Le patrimoine offre d’inestimables décors aux chefs cuisiniers, encore faut-il que le concept culinaire associé entre en résonance avec comme au Fiera dont les cordons bleus vous servent dans l’ancienne Bourse du fret d’Anvers.

Extension fin XIXe de la première Bourse du Commerce, le Schippersbeurs anversois vient de se réincarner en restaurant. Son impressionnant décor a été délicieusement remis en œuvre et en scène par Catherine Verbraeken et Alexis Biset pour le compte de Jan Jacobs, le leader du catering belge. Tout semble être aux rendez-vous pour satisfaire papilles et pupilles !

La Bourse et sa vie

Au XVIe siècle, le port flamand devint « la fleur du monde ». Avec 10 000 marchands étrangers pour 100 000 habitants, la cité se revendiquait « la patrie commune de toutes les nations » grâce au commerce qui s’y opérait très librement. C’est en toute logique qu’y fut bâtie dès 1531 la première Bourse avec un marché permanent, plus de trois décennies avant celle de Londres. Ravagée par le feu un demi-siècle plus tard, elle fut reconstruite presque à l’identique, autour d’une grande cour carrée ceinte de colonnades. Mais l’année de siège d’Anvers par les troupes espagnoles entama le déclin de son port au profit de celui d’Amsterdam puis de celui de Londres.

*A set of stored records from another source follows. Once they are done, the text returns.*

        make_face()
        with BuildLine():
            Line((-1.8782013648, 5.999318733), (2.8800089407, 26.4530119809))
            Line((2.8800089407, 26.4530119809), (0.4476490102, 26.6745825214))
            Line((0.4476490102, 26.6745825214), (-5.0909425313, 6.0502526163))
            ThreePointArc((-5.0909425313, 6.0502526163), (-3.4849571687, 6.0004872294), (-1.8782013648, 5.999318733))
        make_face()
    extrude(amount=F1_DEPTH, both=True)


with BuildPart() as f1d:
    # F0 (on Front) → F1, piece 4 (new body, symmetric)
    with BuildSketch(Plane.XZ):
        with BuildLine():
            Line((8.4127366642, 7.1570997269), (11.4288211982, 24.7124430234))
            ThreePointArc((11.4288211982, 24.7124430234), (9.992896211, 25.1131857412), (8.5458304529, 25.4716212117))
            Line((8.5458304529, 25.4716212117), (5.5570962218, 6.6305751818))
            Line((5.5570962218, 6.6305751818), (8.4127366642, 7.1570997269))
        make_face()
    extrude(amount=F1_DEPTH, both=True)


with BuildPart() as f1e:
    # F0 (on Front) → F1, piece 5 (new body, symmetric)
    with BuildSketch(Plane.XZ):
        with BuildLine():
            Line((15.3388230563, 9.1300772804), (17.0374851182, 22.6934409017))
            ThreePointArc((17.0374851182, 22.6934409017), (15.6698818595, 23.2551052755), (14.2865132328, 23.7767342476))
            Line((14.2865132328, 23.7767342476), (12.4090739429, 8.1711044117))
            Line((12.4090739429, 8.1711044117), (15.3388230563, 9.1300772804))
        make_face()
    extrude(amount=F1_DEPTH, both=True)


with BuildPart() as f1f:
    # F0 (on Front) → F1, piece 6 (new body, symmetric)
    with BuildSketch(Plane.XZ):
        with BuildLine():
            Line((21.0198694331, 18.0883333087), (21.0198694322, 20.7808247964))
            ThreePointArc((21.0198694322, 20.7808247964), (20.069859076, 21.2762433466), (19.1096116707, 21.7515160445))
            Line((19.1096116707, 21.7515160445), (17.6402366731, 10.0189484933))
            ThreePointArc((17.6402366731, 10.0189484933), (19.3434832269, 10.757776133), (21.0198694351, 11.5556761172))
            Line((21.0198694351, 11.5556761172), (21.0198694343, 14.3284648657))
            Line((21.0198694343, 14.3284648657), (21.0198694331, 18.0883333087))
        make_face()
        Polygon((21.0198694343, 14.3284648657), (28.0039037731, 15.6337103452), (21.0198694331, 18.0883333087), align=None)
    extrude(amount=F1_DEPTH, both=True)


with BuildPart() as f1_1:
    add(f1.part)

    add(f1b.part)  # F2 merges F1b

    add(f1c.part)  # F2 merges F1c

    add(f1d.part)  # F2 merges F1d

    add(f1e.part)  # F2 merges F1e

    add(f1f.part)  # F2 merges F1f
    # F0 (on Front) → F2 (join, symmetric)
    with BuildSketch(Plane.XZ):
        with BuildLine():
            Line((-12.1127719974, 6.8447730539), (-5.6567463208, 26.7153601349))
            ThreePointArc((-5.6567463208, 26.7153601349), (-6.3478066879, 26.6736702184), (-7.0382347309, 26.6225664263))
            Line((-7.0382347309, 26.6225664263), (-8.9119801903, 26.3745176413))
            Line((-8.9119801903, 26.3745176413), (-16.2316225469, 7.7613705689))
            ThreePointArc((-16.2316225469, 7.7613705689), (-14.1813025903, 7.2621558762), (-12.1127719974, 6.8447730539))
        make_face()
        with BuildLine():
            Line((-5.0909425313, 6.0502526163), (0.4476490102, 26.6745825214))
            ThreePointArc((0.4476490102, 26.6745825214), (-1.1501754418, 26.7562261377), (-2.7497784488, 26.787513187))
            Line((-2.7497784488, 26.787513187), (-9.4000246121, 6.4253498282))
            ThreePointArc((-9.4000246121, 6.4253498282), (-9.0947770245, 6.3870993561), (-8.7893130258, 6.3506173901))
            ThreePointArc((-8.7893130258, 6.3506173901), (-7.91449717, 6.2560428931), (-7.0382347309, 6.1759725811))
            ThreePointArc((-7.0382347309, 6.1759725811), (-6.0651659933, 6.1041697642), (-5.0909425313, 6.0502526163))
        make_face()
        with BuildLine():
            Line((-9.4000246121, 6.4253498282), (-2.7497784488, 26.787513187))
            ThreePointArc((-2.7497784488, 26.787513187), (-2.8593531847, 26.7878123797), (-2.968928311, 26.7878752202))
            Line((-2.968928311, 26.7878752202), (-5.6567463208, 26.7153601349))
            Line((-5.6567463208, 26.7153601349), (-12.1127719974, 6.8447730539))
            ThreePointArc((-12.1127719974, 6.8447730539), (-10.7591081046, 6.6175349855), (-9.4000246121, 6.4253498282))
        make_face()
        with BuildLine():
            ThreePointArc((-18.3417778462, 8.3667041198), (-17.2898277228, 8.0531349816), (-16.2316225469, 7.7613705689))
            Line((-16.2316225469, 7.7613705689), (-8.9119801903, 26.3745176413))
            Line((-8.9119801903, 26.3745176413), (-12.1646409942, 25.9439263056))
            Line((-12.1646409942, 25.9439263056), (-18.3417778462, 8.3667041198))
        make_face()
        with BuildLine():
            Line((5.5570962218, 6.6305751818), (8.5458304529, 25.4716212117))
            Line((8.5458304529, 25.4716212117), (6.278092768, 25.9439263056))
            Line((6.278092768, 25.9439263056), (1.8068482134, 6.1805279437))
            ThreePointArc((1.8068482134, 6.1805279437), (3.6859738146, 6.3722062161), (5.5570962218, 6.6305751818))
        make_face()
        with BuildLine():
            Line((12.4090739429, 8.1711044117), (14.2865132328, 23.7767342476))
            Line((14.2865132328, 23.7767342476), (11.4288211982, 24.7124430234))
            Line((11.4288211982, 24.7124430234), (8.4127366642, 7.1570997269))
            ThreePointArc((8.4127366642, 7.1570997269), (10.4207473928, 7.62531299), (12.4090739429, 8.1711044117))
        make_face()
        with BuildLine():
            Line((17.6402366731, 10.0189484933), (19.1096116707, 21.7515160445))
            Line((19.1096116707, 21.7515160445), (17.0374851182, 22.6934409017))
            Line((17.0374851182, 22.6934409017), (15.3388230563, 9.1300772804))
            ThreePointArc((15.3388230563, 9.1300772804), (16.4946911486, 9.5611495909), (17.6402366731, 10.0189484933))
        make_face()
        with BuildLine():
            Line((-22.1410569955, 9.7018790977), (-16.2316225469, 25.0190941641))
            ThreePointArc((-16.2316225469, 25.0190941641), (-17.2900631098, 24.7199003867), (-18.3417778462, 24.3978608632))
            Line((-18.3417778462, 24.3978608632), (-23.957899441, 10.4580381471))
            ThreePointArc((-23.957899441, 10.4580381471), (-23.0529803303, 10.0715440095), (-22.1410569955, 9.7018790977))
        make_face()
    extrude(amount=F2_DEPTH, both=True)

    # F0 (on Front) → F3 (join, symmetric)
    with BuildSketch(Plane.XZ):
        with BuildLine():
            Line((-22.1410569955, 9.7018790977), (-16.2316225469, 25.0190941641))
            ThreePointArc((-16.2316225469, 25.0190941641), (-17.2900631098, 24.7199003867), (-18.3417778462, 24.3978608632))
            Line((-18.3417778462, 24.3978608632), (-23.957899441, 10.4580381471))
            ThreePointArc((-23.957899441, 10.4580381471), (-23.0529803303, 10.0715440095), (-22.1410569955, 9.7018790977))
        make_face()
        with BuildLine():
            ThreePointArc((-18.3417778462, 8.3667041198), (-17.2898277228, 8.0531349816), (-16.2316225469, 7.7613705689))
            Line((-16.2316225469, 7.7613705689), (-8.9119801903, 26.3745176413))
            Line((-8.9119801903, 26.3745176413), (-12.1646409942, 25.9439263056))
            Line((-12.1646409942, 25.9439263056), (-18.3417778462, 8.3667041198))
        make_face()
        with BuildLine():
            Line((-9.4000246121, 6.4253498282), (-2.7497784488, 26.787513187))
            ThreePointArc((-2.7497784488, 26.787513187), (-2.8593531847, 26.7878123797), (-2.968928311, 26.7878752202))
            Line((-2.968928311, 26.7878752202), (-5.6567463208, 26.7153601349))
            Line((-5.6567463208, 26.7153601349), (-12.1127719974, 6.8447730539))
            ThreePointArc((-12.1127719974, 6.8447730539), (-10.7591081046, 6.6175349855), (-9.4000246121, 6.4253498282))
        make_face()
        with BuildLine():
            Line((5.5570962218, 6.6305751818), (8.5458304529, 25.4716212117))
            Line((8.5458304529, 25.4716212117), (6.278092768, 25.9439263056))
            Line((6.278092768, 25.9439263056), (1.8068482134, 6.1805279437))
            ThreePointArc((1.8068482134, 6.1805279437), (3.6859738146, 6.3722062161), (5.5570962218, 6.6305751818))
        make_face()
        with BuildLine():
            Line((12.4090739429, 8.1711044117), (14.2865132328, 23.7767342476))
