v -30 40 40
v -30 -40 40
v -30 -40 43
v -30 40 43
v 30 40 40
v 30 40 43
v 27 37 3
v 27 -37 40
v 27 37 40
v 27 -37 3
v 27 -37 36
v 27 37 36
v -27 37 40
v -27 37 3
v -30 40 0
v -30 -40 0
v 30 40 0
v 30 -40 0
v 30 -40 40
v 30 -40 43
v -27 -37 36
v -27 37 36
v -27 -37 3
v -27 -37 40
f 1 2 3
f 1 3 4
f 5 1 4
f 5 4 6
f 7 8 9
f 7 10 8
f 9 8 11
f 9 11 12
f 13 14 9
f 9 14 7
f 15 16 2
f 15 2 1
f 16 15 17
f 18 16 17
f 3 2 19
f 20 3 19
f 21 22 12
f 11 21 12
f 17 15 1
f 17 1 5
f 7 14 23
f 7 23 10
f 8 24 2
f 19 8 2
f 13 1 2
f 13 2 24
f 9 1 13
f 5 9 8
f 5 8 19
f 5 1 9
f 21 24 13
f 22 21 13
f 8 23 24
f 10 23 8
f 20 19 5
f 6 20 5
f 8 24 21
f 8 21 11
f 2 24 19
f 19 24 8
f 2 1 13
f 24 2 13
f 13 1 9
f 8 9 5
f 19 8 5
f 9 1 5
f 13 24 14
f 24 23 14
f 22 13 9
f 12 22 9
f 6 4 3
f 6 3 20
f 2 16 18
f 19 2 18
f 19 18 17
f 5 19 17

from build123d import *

# Parameters (mm, degrees)
F0_W     = 60
F0_H     = 80
F1_DEPTH = 40
F2_T     = -3
F3_W     = 60
F3_H     = 80
F3_W_2   = 54
F3_H_2   = 74
F4_DEPTH = 3
F5_DEPTH = 4


with BuildPart() as f1:
    # F0 (on Top) → F1 (new body)
    with BuildSketch(Plane.XY):
        Rectangle(F0_W, F0_H)
    extrude(amount=F1_DEPTH)

    # F2
    f2_openings = [f1.faces().sort_by_distance(p)[0] for p in [
        (0, 0, 40),
    ]]
    offset(amount=F2_T, openings=f2_openings)


with BuildPart() as f4:
    # F3 (on face) → F4 (new body)
    with BuildSketch(Plane.XY.offset(40)):
        Rectangle(F3_W, F3_H)
        Rectangle(F3_W_2, F3_H_2, mode=Mode.SUBTRACT)
        Rectangle(F3_W_2, F3_H_2)
    extrude(amount=F4_DEPTH)

    # F3 (on face) → F5 (join)
    with BuildSketch(Plane.XY.offset(40)):
        Rectangle(F3_W_2, F3_H_2)
    extrude(amount=-F5_DEPTH)


solid = Compound([f1.part, f4.part])
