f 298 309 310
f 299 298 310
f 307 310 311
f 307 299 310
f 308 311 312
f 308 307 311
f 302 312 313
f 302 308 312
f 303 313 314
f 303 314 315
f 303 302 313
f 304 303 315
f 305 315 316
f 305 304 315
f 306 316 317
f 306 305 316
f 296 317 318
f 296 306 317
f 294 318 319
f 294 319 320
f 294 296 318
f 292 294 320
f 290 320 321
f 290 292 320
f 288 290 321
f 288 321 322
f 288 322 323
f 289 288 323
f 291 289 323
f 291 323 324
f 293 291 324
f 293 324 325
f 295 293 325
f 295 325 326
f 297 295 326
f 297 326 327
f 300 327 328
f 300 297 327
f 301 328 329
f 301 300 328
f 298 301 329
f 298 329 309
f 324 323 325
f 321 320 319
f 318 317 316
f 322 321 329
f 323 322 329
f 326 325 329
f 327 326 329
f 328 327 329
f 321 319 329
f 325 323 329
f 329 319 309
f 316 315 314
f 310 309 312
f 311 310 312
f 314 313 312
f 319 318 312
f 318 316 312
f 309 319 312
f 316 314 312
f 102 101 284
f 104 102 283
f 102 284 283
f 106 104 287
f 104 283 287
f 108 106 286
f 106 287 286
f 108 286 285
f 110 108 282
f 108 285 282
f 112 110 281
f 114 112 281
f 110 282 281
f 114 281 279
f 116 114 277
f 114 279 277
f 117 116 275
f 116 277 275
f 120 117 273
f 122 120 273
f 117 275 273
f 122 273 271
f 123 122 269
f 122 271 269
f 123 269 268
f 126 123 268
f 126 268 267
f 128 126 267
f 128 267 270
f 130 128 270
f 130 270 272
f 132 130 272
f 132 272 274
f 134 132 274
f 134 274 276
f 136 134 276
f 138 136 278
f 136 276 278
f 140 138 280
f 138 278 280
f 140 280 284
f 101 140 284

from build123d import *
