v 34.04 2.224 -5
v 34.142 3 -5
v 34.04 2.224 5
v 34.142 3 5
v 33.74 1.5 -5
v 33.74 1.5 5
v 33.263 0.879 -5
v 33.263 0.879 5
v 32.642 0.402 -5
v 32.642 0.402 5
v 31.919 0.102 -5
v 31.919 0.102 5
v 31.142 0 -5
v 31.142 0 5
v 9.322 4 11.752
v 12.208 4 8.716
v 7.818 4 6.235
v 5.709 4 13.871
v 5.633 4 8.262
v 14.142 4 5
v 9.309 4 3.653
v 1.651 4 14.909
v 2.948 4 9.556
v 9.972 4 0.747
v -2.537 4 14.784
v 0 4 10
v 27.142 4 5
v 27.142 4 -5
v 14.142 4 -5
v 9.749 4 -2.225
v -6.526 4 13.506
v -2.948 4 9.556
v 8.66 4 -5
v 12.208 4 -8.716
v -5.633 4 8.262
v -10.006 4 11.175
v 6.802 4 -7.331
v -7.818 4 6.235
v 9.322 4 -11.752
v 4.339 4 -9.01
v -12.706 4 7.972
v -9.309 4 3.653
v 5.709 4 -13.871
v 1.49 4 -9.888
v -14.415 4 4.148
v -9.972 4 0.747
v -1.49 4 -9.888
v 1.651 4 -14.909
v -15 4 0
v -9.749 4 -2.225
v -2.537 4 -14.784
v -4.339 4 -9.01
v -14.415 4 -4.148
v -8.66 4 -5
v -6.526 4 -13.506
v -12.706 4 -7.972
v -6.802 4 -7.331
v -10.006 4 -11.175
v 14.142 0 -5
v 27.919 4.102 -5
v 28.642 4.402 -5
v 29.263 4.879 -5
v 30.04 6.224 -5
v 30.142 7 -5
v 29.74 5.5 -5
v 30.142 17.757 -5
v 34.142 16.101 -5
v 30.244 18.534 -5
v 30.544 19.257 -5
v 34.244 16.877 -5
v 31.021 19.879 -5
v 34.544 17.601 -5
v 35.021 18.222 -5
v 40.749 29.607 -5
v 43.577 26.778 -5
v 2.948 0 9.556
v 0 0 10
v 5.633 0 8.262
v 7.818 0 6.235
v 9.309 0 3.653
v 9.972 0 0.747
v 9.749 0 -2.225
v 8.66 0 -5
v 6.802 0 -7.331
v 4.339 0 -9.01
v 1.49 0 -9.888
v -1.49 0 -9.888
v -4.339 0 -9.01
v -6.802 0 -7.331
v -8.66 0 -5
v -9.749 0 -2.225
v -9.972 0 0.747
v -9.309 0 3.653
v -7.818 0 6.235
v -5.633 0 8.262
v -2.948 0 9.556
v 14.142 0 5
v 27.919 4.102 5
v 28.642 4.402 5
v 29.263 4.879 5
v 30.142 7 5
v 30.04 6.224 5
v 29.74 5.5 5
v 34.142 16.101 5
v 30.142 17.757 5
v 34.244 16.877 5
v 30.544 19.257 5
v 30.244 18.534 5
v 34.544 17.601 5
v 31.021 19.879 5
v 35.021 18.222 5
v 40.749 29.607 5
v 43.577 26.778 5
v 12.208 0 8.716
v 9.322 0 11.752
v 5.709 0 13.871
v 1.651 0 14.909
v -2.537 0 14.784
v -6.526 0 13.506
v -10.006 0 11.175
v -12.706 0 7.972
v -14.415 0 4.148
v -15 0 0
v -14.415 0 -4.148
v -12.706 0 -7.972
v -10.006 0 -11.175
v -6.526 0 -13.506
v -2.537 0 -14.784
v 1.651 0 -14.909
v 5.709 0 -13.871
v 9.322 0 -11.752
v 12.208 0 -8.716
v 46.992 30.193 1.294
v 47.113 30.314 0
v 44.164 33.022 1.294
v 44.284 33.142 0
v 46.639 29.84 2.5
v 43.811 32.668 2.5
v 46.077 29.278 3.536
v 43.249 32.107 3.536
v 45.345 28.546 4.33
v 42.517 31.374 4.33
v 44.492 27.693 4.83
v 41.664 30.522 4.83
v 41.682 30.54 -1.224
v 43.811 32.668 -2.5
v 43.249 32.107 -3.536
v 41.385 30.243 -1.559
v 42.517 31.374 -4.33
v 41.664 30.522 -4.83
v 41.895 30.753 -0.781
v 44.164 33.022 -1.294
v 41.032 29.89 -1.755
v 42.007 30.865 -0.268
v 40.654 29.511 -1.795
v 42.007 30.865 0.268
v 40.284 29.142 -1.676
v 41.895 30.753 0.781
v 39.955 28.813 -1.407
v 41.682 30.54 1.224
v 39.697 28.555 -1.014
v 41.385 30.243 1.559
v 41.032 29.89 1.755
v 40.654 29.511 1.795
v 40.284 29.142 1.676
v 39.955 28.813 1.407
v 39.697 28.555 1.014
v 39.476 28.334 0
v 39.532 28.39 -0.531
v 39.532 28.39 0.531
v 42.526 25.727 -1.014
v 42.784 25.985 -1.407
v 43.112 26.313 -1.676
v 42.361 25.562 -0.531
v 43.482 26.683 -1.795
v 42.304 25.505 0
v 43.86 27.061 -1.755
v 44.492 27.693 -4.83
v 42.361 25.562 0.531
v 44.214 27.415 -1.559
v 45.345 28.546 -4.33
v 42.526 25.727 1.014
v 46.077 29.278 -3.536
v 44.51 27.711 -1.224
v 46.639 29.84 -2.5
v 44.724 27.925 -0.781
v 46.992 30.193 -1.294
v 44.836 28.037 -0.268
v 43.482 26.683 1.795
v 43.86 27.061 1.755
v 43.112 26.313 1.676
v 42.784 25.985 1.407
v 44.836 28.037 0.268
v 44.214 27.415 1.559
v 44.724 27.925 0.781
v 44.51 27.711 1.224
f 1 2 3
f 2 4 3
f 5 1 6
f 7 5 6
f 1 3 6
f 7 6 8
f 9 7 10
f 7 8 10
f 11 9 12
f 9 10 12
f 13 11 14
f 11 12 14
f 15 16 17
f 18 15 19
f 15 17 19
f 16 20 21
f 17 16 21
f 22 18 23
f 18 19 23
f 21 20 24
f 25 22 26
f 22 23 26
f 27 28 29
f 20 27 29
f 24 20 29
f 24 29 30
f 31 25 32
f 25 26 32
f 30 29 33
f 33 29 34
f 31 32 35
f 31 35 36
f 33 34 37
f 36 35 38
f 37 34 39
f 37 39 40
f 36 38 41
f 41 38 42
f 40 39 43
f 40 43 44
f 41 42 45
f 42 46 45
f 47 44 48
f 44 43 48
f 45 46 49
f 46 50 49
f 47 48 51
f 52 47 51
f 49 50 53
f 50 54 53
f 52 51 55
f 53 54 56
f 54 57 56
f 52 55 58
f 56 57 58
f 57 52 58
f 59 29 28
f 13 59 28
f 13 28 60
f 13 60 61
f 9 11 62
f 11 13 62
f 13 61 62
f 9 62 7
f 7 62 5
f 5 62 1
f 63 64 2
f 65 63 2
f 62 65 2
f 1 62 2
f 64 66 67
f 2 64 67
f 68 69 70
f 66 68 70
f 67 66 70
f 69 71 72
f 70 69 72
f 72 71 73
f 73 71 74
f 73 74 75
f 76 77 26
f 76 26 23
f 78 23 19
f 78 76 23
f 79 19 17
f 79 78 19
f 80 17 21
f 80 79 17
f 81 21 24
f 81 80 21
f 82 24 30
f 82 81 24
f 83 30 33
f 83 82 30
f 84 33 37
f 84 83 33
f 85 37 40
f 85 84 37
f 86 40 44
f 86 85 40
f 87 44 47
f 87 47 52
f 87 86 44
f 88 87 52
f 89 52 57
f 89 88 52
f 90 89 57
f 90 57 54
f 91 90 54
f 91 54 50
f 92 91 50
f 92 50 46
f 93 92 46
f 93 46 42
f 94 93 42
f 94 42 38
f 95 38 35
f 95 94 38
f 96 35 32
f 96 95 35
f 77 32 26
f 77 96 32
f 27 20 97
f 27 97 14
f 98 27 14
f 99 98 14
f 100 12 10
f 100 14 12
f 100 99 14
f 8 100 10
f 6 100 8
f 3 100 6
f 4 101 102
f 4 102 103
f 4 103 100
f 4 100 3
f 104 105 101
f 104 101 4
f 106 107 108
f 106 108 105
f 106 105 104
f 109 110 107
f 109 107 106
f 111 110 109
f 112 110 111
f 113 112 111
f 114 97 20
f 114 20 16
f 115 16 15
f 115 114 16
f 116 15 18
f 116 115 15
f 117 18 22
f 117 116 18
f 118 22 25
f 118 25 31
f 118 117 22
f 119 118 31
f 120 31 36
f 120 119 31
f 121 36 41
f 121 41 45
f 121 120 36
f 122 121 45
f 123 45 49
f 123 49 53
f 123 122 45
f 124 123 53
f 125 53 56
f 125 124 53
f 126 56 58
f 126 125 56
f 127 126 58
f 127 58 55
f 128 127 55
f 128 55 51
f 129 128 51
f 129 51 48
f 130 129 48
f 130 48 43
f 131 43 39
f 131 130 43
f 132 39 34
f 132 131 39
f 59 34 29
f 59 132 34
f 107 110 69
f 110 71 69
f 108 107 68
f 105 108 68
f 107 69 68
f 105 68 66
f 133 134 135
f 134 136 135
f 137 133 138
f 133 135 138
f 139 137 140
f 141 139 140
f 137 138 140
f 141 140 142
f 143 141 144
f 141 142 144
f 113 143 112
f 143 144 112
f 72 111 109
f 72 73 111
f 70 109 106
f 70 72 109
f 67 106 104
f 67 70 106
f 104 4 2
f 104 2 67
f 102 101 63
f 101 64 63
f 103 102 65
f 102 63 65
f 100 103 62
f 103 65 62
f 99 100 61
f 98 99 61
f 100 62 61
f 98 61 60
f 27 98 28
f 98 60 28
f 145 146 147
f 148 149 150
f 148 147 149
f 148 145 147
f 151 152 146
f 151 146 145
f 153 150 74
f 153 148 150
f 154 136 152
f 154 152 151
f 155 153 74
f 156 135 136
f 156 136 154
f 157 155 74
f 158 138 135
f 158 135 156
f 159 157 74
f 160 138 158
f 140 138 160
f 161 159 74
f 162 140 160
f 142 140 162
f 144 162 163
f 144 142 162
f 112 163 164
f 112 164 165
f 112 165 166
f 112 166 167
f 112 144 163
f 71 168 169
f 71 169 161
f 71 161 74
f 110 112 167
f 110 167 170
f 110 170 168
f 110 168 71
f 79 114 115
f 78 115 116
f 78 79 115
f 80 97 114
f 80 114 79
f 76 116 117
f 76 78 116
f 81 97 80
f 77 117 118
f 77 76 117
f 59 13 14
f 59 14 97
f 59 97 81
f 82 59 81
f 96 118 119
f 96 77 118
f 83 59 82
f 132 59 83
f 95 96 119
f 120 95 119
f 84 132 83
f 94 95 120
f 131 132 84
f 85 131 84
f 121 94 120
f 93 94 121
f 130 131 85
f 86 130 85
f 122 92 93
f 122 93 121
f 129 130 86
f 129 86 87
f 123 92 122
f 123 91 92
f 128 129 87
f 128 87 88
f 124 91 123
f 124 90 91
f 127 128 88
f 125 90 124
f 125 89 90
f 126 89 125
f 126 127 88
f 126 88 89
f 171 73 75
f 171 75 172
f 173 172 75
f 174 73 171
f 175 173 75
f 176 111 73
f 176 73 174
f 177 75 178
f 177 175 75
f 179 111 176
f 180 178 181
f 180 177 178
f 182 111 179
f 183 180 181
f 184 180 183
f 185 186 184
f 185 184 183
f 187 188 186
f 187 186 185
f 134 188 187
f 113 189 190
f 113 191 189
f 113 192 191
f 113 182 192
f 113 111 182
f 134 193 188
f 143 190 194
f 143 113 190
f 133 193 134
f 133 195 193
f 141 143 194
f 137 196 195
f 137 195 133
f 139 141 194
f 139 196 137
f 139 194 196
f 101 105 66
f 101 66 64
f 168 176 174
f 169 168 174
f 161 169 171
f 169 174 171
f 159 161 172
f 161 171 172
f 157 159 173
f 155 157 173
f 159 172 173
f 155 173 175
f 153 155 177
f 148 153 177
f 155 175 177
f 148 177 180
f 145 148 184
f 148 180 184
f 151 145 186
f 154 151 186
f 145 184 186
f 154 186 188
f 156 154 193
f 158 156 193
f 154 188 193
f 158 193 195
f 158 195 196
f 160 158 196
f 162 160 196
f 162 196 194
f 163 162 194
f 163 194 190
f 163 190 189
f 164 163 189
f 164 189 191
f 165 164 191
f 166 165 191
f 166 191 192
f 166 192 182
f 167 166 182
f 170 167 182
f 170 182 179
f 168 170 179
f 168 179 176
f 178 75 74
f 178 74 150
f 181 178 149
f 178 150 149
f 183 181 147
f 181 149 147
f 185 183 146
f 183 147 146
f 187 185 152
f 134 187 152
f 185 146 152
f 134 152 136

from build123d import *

# Parameters (mm, degrees)
SKETCH2_R            = 10
BOSS_EXTRUDE1_DEPTH  = 4
BOSS_EXTRUDE2_DEPTH  = 10
FILLET1_R            = 5
M3_CLEARANCE_HOLE1_D = 3.6
FILLET2_R            = 3


with BuildPart() as part:
    # Sketch2 → Boss-Extrude1 (new body)
    with BuildSketch(Plane(origin=(0, 0, 0), x_dir=(1, 0, 0), z_dir=(0, 1, 0))):
        with BuildLine():
            Line((34.142135624, 5), (34.142135624, -5))
            Line((34.142135624, -5), (14.142135624, -5))
            ThreePointArc((14.142135624, -5), (-15, 0), (14.142135624, 5))
            Line((14.142135624, 5), (34.142135624, 5))
        make_face()
        with Locations(Location((0, 0, 0), (0, 0, 270))):
            Circle(SKETCH2_R, mode=Mode.SUBTRACT)
    extrude(amount=BOSS_EXTRUDE1_DEPTH)

    # Sketch3 → Boss-Extrude2 (add)
    with BuildSketch(Plane.XY.offset(5)):
        Polygon((34.142135624, 4), (34.142135624, 17.343145751), (47.112698372, 30.313708499), (44.284271247, 33.142135624), (30.142135624, 19), (30.142135624, 4), align=None)
    extrude(amount=-BOSS_EXTRUDE2_DEPTH)

    # Fillet1
    fillet1_edges = [part.edges().sort_by_distance(p)[0] for p in [
        (45.69848481, 31.727922061, 5),
        (45.69848481, 31.727922061, -5),
    ]]
    fillet(fillet1_edges, radius=FILLET1_R - 0.0001)  # a hair under: the kernel refuses the full size

    # M3 Clearance Hole1 (through all)
    with Locations(Plane(origin=(5.571067812, -5.571067812, 0), x_dir=(0.7071067811865489, 0.7071067811865462, 0), z_dir=(-0.7071067811865462, 0.7071067811865489, 0))):
        with Locations((49.748737342, 0)):
            Hole(M3_CLEARANCE_HOLE1_D / 2)

    # Fillet2
    fillet2_edges = [part.edges().sort_by_distance(p)[0] for p in [
        (30.142135624, 4, 0),
        (30.142135624, 19, 0),
        (34.142135624, 17.343145751, 0),
        (34.142135624, 0, 0),
    ]]
    fillet(fillet2_edges, radius=FILLET2_R)


solid = part.part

Un hôtel compléta l’édifice au XVIIIe, bientôt partagé avec l’Académie des arts, qui fit couvrir en 1853 sa cour d’une coupole en verre inspirée du Crystal Palace de Londres. L’ensemble fut la proie des flammes cinq ans plus tard.

Reconstruite en 1872 dans le style néogothique brabançon, l’institution se dota d’une Bourse du fret maritime. Sa cour centrale aux allures de place Saint-Marc est depuis surmontée d’une verrière sur une charpente métallique des plus ouvragée.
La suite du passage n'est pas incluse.